*** Opening Data extracts ***

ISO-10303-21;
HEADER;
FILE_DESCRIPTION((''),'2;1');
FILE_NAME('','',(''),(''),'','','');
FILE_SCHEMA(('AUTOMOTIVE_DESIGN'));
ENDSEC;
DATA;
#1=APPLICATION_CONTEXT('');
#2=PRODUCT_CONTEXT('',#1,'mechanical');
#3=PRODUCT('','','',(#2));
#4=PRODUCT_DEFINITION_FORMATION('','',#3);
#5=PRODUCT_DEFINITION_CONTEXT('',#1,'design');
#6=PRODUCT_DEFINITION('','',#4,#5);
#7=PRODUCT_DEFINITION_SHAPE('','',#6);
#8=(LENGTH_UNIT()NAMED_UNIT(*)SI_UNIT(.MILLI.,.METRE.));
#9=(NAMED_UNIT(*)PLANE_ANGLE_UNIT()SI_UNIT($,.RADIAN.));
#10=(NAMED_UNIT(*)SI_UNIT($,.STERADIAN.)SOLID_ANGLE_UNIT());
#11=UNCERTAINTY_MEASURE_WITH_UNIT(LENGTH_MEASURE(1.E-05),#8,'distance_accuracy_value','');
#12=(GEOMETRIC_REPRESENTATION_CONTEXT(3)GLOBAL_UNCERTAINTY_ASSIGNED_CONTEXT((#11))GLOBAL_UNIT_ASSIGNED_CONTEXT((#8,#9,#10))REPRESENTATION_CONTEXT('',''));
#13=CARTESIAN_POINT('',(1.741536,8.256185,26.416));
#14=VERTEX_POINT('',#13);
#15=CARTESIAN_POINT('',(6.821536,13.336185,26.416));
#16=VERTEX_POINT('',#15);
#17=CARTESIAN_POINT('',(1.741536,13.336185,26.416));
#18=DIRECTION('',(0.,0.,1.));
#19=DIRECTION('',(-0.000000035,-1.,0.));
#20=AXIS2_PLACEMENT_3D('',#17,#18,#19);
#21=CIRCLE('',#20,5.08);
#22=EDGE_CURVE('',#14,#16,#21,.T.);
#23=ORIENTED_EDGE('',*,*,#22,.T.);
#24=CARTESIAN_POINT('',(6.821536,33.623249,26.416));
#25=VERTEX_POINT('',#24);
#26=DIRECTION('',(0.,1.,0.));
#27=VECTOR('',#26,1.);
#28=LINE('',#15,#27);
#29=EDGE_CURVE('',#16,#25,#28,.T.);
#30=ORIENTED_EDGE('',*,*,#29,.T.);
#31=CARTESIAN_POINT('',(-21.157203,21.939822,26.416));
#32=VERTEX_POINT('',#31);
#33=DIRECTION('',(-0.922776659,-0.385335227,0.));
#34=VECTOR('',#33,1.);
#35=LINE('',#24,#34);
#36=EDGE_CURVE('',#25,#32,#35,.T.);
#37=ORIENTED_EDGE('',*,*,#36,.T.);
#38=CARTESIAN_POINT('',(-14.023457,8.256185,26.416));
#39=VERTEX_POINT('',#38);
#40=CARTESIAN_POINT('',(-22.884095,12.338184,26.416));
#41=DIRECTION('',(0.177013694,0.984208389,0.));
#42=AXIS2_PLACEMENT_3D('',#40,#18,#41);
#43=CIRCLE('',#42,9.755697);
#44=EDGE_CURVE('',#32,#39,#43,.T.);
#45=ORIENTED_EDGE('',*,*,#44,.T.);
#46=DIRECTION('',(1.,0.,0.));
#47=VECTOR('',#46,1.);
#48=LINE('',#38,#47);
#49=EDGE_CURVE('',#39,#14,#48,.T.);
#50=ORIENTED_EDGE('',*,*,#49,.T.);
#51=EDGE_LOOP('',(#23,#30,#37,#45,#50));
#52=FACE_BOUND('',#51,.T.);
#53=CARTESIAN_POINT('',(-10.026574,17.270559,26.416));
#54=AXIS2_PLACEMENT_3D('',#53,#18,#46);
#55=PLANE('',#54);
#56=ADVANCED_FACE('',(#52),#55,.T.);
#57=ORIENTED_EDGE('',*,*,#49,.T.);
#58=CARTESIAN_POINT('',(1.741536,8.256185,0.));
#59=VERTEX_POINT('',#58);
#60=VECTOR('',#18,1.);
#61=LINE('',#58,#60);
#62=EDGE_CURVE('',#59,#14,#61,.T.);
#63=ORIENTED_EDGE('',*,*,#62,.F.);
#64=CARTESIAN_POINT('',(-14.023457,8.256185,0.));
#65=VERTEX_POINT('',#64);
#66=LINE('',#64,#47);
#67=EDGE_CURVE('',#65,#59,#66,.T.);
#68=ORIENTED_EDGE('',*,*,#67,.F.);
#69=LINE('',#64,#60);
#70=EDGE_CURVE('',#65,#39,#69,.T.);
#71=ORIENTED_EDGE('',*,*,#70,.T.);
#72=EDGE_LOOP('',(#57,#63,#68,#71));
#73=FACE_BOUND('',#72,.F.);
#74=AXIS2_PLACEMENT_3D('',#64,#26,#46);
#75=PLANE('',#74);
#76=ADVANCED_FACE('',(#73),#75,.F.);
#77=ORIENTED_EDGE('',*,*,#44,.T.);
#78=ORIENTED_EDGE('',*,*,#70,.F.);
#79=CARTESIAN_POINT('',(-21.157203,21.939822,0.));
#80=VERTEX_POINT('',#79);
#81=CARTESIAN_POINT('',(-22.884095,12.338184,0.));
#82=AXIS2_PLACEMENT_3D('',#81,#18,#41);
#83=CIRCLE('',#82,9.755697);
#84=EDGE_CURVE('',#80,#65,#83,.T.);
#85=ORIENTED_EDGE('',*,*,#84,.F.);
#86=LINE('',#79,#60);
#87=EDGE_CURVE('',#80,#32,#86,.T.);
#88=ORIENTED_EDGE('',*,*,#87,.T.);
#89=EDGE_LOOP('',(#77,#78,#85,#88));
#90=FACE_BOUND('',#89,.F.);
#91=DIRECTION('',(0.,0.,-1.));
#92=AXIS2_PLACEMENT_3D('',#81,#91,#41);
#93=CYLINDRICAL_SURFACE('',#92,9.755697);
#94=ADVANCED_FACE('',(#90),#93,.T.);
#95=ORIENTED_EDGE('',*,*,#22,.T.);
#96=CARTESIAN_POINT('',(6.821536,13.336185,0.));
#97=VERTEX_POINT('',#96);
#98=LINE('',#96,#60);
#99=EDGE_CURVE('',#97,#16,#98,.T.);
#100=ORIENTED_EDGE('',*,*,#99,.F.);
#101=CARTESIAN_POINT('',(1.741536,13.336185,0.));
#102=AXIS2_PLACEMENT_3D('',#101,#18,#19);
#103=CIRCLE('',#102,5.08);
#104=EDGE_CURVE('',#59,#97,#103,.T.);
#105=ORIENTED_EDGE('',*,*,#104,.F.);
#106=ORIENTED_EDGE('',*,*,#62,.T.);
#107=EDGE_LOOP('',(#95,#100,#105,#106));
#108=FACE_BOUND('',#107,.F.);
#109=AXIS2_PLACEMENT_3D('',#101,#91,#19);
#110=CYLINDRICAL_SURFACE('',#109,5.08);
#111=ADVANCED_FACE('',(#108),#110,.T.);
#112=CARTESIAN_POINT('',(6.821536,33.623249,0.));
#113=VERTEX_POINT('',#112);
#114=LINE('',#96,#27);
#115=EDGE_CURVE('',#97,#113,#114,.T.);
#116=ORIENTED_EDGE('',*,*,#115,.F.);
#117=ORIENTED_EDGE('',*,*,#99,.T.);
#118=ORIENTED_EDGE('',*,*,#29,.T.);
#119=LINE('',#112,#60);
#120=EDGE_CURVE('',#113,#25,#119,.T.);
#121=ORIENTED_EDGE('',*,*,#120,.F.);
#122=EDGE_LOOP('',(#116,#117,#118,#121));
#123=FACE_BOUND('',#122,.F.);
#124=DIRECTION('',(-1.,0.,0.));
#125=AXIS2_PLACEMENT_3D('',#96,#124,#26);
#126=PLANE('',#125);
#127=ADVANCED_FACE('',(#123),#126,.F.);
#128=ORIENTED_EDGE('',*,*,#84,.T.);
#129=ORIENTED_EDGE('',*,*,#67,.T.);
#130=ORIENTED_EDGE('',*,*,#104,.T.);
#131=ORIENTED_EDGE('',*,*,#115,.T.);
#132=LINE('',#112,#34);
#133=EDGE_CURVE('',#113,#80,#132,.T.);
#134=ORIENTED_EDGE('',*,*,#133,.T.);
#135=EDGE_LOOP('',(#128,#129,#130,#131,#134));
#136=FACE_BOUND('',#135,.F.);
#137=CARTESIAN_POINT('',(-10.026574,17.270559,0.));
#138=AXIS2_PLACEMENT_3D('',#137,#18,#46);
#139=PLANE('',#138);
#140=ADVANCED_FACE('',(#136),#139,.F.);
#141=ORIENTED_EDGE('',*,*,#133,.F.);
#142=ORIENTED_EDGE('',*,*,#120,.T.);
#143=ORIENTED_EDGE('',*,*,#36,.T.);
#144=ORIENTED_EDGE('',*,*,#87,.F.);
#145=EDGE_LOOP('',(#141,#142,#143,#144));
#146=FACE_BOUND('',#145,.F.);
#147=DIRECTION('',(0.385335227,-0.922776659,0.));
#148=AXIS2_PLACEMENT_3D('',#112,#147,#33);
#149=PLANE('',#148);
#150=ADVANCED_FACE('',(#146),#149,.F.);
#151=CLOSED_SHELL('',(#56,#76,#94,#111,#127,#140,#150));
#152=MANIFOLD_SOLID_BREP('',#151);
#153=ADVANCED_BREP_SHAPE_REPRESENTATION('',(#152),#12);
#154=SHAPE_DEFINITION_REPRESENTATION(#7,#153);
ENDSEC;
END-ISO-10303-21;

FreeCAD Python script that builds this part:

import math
import FreeCAD as App
import Part
import Sketcher
from FreeCAD import Vector
Q = App.Units.Quantity

doc = App.newDocument("Part")
body = doc.addObject("PartDesign::Body", "Body")

sketch1 = body.newObject("Sketcher::SketchObject", "Sketch")
sketch1.AttachmentSupport = (doc.getObject("XY_Plane"), [""])
sketch1.MapMode = "FlatFace"
sketch1.addGeometry([
    Part.LineSegment(Vector(6.821536, 33.623249, 0), Vector(-21.157203, 21.939822, 0)),
    Part.ArcOfCircle(Part.Circle(Vector(-22.884095, 12.338184, 0), Vector(0, 0, 1), 9.755697), math.radians(79.804136), math.radians(335.264995)),
    Part.LineSegment(Vector(-14.023457, 8.256185, 0), Vector(1.741536, 8.256185, 0)),
    Part.ArcOfCircle(Part.Circle(Vector(1.741536, 13.336185, 0), Vector(0, 0, 1), 5.08), math.radians(-90.000002), math.radians(0.000002)),
    Part.LineSegment(Vector(6.821536, 13.336185, 0), Vector(6.821536, 33.623249, 0)),
], False)
sketch1.addConstraint([
    Sketcher.Constraint("Coincident", 0, 2, 1, 1),
    Sketcher.Constraint("Coincident", 1, 2, 2, 1),
    Sketcher.Constraint("Tangent", 2, 2, 3, 1),
    Sketcher.Constraint("Tangent", 3, 2, 4, 1),
    Sketcher.Constraint("Coincident", 4, 2, 0, 1),
    Sketcher.Constraint("Horizontal", 2),
    Sketcher.Constraint("Vertical", 4),
    Sketcher.Constraint("Radius", 3, Q("0.2 in")),
    Sketcher.Constraint("Radius", 1, 9.755697),
    Sketcher.Constraint("DistanceY", 1, 3, 3, 3, 0.998001),
    Sketcher.Constraint("DistanceX", 2, 1, 2, 2, 15.764993),
    Sketcher.Constraint("DistanceY", 4, 1, 4, 2, 20.287064),
    Sketcher.Constraint("DistanceY", -1, 1, 0, 2, 21.939822),
    Sketcher.Constraint("DistanceY", -1, 1, 4, 2, 33.623249),
    Sketcher.Constraint("DistanceX", 1, 3, -1, 1, 22.884095),
])
pad1 = body.newObject("PartDesign::Pad", "Pad")
pad1.Profile = sketch1
pad1.Length = Q("1.04 in")

doc.recompute()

*** Closing Data extracts ***

__Exercise goal__: Write out, from the lines above, only those from the line with "#27=VECTOR('',#26,1.);" to the line with "#66=LINE('',#64,#47);", exactly as given, including the first and the last.

__Solution below__:
#27=VECTOR('',#26,1.);
#28=LINE('',#15,#27);
#29=EDGE_CURVE('',#16,#25,#28,.T.);
#30=ORIENTED_EDGE('',*,*,#29,.T.);
#31=CARTESIAN_POINT('',(-21.157203,21.939822,26.416));
#32=VERTEX_POINT('',#31);
#33=DIRECTION('',(-0.922776659,-0.385335227,0.));
#34=VECTOR('',#33,1.);
#35=LINE('',#24,#34);
#36=EDGE_CURVE('',#25,#32,#35,.T.);
#37=ORIENTED_EDGE('',*,*,#36,.T.);
#38=CARTESIAN_POINT('',(-14.023457,8.256185,26.416));
#39=VERTEX_POINT('',#38);
#40=CARTESIAN_POINT('',(-22.884095,12.338184,26.416));
#41=DIRECTION('',(0.177013694,0.984208389,0.));
#42=AXIS2_PLACEMENT_3D('',#40,#18,#41);
#43=CIRCLE('',#42,9.755697);
#44=EDGE_CURVE('',#32,#39,#43,.T.);
#45=ORIENTED_EDGE('',*,*,#44,.T.);
#46=DIRECTION('',(1.,0.,0.));
#47=VECTOR('',#46,1.);
#48=LINE('',#38,#47);
#49=EDGE_CURVE('',#39,#14,#48,.T.);
#50=ORIENTED_EDGE('',*,*,#49,.T.);
#51=EDGE_LOOP('',(#23,#30,#37,#45,#50));
#52=FACE_BOUND('',#51,.T.);
#53=CARTESIAN_POINT('',(-10.026574,17.270559,26.416));
#54=AXIS2_PLACEMENT_3D('',#53,#18,#46);
#55=PLANE('',#54);
#56=ADVANCED_FACE('',(#52),#55,.T.);
#57=ORIENTED_EDGE('',*,*,#49,.T.);
#58=CARTESIAN_POINT('',(1.741536,8.256185,0.));
#59=VERTEX_POINT('',#58);
#60=VECTOR('',#18,1.);
#61=LINE('',#58,#60);
#62=EDGE_CURVE('',#59,#14,#61,.T.);
#63=ORIENTED_EDGE('',*,*,#62,.F.);
#64=CARTESIAN_POINT('',(-14.023457,8.256185,0.));
#65=VERTEX_POINT('',#64);
#66=LINE('',#64,#47);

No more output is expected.